Eric Lofgren, global director of the company's benefits-consulting group, says that the elimination of the 401(k) match was a temporary change in response to temporary setbacks in the pension plan. In contrast, the cut in pension benefits, which he called small, was primarily a retention tool, he says. With slower pension buildups, older workers need to work longer, he says, so the moves were motivated "primarily due to our desire to keep people longer" at the company.

Some experts, such as Mr. Ciesielski, wonder if some employers are using the so-called pension crisis as an excuse to cut pensions in order to save money rather than because of any market-driven problems.

That's what retired US Airways pilots allege. Earlier this year, US Airways, based in Arlington, Va., terminated the pilots' pension plan, saying it was so underfunded that the burden of contributing money to it would prevent the company from emerging from bankruptcy.

The retired pilots, who unsuccessfully sued to stop the termination, said the company was exaggerating its pension problem simply to dump a liability. They are now receiving reduced pensions , paid by the Pension Benefit Guaranty Corp., a quasipublic pension insurer that took over the plan.
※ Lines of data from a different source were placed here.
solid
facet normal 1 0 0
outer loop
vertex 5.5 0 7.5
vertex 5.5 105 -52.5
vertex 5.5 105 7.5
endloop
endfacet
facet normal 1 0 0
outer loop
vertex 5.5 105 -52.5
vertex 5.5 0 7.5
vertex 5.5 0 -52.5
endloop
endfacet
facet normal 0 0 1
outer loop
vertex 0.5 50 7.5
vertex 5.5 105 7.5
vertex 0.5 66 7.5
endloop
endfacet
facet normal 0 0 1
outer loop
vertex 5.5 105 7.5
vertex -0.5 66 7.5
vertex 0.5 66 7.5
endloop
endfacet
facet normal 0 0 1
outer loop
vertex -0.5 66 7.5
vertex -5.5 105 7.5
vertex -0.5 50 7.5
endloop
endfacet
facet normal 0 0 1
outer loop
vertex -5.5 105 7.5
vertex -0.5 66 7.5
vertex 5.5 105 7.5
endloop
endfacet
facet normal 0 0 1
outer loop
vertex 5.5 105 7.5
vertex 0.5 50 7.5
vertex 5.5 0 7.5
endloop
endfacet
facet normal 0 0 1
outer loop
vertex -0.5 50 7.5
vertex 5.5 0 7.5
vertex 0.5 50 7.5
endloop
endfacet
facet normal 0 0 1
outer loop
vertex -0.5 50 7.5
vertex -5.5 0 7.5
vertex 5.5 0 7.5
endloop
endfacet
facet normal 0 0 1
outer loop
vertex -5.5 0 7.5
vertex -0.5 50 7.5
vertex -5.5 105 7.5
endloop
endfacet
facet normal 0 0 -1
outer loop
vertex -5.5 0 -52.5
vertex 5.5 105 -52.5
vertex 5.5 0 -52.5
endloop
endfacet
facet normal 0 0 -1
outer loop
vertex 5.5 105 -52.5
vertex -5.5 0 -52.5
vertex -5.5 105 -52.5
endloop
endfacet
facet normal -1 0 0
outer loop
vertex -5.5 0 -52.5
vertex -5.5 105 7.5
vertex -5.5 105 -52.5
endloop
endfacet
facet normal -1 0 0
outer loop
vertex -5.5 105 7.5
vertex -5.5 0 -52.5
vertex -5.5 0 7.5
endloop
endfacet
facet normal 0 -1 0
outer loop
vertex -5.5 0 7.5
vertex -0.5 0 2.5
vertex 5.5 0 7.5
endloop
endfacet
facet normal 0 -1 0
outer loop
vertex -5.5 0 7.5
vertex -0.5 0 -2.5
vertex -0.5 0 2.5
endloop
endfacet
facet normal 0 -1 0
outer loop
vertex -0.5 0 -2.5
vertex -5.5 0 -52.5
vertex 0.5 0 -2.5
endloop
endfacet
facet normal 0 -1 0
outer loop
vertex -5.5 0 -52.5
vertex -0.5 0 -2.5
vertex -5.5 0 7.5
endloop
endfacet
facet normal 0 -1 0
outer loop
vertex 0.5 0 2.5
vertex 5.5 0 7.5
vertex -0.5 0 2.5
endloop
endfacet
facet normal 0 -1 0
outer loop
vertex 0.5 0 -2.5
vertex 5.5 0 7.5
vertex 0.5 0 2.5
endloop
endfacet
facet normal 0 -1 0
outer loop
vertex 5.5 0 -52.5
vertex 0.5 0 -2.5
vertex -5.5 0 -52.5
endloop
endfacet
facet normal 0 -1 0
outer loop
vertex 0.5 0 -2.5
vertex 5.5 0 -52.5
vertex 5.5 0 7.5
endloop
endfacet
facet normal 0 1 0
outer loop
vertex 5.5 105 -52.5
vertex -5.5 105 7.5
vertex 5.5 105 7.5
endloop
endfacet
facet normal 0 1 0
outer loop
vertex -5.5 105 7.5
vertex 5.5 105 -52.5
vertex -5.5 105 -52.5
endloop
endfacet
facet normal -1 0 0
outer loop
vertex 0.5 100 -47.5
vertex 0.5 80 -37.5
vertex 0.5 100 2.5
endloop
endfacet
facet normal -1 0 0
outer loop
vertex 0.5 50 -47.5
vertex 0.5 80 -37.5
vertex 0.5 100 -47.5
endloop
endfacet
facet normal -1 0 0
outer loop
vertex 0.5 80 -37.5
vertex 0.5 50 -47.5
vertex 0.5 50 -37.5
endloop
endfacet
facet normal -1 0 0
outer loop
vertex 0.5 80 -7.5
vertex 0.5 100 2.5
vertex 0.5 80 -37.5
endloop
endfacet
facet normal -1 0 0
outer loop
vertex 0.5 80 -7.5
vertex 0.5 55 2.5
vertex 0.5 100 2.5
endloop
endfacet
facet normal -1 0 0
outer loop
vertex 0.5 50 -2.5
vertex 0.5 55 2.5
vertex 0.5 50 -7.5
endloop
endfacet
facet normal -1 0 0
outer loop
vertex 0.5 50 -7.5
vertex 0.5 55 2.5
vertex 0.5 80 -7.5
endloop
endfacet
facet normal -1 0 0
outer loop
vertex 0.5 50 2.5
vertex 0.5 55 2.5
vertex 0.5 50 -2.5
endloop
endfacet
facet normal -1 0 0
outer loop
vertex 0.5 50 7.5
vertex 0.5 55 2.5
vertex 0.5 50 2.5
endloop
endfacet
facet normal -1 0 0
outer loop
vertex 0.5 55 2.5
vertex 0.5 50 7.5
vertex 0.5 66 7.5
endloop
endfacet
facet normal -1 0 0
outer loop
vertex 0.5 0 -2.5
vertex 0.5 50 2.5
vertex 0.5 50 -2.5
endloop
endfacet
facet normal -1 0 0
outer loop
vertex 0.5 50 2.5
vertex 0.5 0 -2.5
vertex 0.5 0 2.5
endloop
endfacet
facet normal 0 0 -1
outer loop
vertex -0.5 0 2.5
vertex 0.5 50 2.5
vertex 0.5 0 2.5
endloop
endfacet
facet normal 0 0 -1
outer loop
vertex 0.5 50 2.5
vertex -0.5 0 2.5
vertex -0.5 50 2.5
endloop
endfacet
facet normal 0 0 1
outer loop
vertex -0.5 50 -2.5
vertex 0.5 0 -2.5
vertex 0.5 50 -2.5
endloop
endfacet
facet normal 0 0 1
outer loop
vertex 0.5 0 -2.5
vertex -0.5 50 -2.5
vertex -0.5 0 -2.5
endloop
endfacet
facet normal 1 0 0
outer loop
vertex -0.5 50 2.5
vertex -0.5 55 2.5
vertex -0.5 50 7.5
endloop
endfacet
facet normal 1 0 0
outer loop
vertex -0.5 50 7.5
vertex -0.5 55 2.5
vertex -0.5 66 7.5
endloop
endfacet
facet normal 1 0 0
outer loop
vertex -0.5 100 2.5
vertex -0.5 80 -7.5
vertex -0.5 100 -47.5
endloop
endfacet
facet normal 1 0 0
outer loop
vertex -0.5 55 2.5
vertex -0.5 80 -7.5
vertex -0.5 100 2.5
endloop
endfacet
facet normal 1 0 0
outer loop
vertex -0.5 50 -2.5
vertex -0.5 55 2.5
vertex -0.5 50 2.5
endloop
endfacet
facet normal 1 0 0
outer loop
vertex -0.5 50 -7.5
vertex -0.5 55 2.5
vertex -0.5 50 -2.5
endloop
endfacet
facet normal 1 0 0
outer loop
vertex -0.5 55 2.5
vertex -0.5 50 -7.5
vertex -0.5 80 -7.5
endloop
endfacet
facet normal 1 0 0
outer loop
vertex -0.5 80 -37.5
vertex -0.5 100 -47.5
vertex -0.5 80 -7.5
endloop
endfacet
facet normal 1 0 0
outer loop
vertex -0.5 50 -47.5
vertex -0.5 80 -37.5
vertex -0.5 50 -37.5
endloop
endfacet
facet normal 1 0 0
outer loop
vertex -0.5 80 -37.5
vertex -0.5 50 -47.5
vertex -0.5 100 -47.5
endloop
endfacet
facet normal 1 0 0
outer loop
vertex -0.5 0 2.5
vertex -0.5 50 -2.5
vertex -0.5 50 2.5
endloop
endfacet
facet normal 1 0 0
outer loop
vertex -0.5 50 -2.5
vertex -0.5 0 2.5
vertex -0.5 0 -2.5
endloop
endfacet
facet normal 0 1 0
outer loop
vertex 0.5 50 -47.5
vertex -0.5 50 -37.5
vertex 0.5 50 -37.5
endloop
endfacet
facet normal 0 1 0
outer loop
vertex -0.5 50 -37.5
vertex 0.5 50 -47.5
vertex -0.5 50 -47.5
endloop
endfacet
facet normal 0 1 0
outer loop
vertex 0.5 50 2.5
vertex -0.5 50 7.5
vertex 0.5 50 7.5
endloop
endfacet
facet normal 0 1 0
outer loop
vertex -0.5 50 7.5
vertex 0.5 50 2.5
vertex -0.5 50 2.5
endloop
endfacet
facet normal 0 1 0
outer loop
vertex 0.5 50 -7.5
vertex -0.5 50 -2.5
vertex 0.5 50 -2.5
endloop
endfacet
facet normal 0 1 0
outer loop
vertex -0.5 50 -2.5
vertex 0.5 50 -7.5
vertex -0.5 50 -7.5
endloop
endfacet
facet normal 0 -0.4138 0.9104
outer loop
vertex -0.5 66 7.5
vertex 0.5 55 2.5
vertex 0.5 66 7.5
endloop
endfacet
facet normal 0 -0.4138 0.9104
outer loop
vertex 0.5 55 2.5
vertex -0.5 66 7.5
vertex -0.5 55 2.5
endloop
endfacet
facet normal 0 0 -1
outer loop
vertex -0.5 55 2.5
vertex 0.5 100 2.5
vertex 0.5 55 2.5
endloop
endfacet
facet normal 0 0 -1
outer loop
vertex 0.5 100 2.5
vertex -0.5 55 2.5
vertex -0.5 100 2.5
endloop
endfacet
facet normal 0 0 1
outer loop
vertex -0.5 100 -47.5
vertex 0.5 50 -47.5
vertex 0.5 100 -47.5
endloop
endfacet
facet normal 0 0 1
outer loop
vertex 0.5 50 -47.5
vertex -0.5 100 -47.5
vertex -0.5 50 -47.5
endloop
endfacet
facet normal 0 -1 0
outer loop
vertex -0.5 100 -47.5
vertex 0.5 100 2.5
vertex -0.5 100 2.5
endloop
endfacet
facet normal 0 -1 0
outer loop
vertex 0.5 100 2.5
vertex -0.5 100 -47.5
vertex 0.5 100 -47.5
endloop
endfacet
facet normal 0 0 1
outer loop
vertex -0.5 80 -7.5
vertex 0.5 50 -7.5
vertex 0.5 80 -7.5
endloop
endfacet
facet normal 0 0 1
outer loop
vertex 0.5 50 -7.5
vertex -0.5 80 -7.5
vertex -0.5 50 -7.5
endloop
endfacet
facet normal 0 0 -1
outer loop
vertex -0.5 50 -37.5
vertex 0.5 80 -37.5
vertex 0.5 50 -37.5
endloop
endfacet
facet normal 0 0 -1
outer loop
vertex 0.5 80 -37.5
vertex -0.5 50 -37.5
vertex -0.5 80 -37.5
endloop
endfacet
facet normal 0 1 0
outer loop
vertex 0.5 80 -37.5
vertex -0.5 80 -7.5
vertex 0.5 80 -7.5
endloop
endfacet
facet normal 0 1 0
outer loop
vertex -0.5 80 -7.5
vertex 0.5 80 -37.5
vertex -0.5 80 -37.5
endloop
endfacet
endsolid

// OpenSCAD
// Baseline CAD geometry, with all dimensions in millimetres; +Y follows the throat and +Z is up.
// Positive modules describe air/cutting volumes; skin modules describe outer material.
// solidBody subtracts the former from the latter. The thin spawn cube spans Y=-1 to 0,
// so the generator can retain its Y=0 face and construct the inlet boundary rectangle.
// The final two calls display BOTH objects. Export each module separately as ASCII STL
// using the wrapper procedure in README; exporting this complete scene combines them.

skinThickness = 5;

throatWidth = 1;
throatLength = 50;
throatHeight = 5;

voicingHoleWidth = 1;
voicingHoleLength = 5;
voicingHoleHeight = skinThickness;
voicingHoleX = -voicingHoleWidth / 2;
voicingHoleY = throatLength;
voicingHoleZ = throatHeight / 2;

voicingEdgeLength = 10;

pressureChamberWidth = 1;
pressureChamberLength = 50;
pressureChamberHeight = 50;
pressureChamberX = -pressureChamberWidth / 2;
pressureChamberY = throatLength;
pressureChamberZ = -pressureChamberHeight + throatHeight / 2;

chamberFillerLength = 30;
chamberFillerHeight = 30;


module throatPositive() {
    translate([-throatWidth / 2, -1, -throatHeight / 2])
    cube([throatWidth, throatLength + 2, throatHeight]);
}

module throatSkin() {
    translate([-(pressureChamberWidth + skinThickness * 2) / 2, 0, pressureChamberZ - skinThickness])
    cube([pressureChamberWidth + skinThickness * 2, throatLength - 1, pressureChamberHeight + skinThickness * 2]);
}

module voicingHolePositive() {
    translate([voicingHoleX, voicingHoleY, voicingHoleZ - 1])
    cube([voicingHoleWidth, voicingHoleLength, voicingHoleHeight + 2]);
}

module voicingEdgePositive() {
    translate([voicingHoleWidth / 2, voicingHoleY + voicingHoleLength - 0.00001, throatHeight / 2])
    rotate([0, -90, 0])
    linear_extrude(height = voicingHoleWidth)
    polygon([
        [0, 0],
        [skinThickness + 0.00001, 0],
        [skinThickness + 0.00001, voicingEdgeLength + 1]
    ]);
}

module pressureChamberPositive() {
    translate([pressureChamberX, pressureChamberY, pressureChamberZ])
    cube([pressureChamberWidth, pressureChamberLength, pressureChamberHeight]);
}

module pressureChamberSkin() {
    translate([pressureChamberX - skinThickness, pressureChamberY - skinThickness, pressureChamberZ - skinThickness])
    cube([pressureChamberWidth + skinThickness * 2, pressureChamberLength + skinThickness * 2, pressureChamberHeight + skinThickness * 2]);
}

module positiveGroup() {
    union() {
        throatPositive();
        voicingHolePositive();
        voicingEdgePositive();
        pressureChamberPositive();
    }
}

module skinGroup() {
    union() {
        throatSkin();
        pressureChamberSkin();
    }
}

module solidBody() {
    difference() {
        skinGroup();
        positiveGroup();
    }
    
    translate([pressureChamberX - skinThickness, pressureChamberY, pressureChamberZ + pressureChamberHeight / 2 - chamberFillerHeight / 2])
    cube([pressureChamberWidth + skinThickness * 2, chamberFillerLength, chamberFillerHeight]);
    
}

module spawnPlane() {
    translate([-throatWidth / 2, -1, -throatHeight / 2])
    cube([throatWidth, 1, throatHeight]);
}

difference() {
solidBody();
//translate([0, -500, -500]) cube([1000, 1000, 1000]);
}
*spawnPlane();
Now, the airline is saying that the pension plan wasn't so underfunded after all. It's back in U.S. Bankruptcy Court in Alexandria, Va., arguing the pension liability is actually only about $900 million, not the $2.5 billion estimate publicized last spring. A lower liability means that the PBGC would be entitled to less of US Airways' assets.

"Shame on them," says Tom Davis, spokesman for the Retired Pilots Association of US Airways. "Their first objective was to terminate the pension , so evidence was presented to support that. Now their objective is to keep the PBGC from getting money, so they're saying the plan isn't so underfunded after all."
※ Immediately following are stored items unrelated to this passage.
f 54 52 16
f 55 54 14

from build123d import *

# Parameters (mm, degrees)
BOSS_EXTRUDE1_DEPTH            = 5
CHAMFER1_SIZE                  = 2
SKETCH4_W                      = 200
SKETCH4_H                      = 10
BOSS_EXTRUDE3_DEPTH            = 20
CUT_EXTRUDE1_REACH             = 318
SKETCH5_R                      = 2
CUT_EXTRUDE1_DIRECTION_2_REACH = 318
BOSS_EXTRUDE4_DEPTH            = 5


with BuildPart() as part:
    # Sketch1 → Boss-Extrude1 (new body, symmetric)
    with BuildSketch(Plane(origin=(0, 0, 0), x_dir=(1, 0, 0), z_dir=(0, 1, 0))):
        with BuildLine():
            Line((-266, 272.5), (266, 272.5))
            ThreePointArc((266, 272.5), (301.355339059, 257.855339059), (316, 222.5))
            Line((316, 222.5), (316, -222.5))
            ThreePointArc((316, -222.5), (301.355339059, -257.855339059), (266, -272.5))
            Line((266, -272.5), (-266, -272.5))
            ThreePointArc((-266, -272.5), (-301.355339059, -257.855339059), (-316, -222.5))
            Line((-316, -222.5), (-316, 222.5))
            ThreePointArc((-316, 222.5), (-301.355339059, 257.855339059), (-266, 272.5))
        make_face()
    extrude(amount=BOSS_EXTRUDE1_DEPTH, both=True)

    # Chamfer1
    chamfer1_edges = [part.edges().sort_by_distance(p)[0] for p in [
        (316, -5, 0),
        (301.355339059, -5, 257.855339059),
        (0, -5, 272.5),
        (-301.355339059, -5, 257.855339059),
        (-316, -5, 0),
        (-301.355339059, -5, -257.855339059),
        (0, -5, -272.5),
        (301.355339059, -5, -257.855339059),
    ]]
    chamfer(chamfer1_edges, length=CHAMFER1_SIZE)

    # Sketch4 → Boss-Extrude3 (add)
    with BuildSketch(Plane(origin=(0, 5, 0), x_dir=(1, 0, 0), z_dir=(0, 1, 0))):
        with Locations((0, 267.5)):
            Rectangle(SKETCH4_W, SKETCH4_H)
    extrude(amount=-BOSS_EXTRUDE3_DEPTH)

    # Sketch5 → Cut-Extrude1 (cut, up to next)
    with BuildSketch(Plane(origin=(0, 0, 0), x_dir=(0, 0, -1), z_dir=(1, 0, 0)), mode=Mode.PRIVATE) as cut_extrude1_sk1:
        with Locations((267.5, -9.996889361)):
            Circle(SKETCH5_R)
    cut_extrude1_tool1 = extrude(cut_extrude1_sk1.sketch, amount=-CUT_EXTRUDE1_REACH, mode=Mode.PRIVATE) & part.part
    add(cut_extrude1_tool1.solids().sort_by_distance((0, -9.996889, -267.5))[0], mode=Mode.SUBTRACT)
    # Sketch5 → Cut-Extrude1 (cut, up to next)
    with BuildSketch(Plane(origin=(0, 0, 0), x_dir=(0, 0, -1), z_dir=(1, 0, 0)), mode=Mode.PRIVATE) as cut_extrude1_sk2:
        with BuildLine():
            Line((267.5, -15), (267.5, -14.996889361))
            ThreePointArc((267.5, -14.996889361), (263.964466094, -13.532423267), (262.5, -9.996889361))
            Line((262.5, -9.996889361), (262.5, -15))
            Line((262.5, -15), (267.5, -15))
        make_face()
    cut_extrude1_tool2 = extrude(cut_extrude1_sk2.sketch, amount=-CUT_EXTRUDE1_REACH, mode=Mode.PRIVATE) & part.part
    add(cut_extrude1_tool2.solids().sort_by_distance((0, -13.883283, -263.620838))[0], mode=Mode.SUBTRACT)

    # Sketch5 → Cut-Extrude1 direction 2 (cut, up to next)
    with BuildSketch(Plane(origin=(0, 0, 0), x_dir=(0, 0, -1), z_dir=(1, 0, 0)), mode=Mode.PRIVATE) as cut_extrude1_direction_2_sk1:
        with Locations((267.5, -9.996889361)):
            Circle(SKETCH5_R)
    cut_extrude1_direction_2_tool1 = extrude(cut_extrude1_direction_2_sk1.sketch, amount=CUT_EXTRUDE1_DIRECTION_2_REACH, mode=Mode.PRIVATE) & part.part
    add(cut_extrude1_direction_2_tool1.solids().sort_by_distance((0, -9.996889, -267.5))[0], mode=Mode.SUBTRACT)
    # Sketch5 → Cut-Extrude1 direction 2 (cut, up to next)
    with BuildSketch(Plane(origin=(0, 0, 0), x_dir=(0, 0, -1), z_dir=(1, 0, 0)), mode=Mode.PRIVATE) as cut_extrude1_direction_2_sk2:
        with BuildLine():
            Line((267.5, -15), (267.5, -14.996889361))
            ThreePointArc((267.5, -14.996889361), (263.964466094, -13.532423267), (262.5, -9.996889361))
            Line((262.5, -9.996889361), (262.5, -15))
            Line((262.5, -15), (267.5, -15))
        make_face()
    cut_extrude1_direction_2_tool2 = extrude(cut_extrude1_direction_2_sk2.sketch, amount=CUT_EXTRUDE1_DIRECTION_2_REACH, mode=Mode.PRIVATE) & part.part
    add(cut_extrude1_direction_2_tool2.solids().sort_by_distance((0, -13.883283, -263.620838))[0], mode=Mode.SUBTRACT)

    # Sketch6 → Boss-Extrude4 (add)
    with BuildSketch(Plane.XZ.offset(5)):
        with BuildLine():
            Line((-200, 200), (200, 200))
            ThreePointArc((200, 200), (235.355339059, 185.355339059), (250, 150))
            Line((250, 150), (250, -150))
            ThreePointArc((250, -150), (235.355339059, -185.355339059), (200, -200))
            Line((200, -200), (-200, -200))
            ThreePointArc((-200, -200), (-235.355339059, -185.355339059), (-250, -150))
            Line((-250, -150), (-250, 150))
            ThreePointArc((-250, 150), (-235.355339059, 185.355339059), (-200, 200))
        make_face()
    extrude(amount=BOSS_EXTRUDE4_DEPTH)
Chris Chiames, a spokesman for US Airways, says the company terminated the pension to keep the airline from being liquidated and not simply to save money, and adds that the company always disagreed with the underfunding estimates. "The request to terminate the plan was carefully scrutinized and met with rigorous tests," he says. "The actuarial estimates were reviewed by the bankruptcy court, the PBGC, and its own independent actuaries as well. In addition, multiple government agencies were all involved in the decision."
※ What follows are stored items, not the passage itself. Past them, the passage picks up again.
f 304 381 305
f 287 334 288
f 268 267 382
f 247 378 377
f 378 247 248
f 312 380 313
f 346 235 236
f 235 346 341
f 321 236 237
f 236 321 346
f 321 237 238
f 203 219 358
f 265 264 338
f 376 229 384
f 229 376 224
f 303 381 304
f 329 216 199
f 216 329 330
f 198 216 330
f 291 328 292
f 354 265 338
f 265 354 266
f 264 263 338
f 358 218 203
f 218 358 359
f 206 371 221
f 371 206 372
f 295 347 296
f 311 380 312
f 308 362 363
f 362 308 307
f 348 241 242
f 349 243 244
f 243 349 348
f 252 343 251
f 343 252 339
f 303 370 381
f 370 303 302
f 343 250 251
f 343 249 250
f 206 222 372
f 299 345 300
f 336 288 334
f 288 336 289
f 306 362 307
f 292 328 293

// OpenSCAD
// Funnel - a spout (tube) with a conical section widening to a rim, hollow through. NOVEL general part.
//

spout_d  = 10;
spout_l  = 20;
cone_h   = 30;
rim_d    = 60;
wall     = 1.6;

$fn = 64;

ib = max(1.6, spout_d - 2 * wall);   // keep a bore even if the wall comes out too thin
Although most companies don't go so far as to terminate their pension plans, employees and retirees still have a hard time evaluating claims that their pension plans are an undue burden on their employers.

That may be changing. In August, the American Bar Association's leadership announced that it would be cutting the pension plan for 900 staffers, citing stock declines and low interest rates, even though both trends had reversed themselves this year. But 400 skeptical ABA staffers passed the hat and collected more than $10,000 to hire legal counsel and an actuary to go over the pension plan in detail.

The actuary, Kathleen E. Manning of MWM Consulting Group in Chicago, found that the pension plan was well funded, and, in a report presented to the association in August, noted that the liability -- and future costs -- of the pension looked unreasonably high because the association's projections assumed that interest rates and investment returns would remain seriously depressed.

She added that a likely rise in interest rates and the stock market's continuing recovery could solve much of the ABA's potential pension problem.

Laurel Bellows, chairwoman of the ABA's pension review committee, agrees that much of the staff-arranged actuarial report is "sound," though she maintains that the ABA's own analysis concluded that keeping the pension plan would cost more than ABA leaders had said the organization could afford to spend in coming years.

Some of the staff members' strongest supporters are attorneys who belong to the ABA -- including lawyers who design and analyze pension plans -- and who don't even benefit from the pension plan. Several questioned whether the ABA was exaggerating the pension's potential costs to make up for cost overruns in an information-technology overhaul. Ms. Bellows said the cost overruns are unrelated to the pension issue. "This is an economically driven discussion," she says.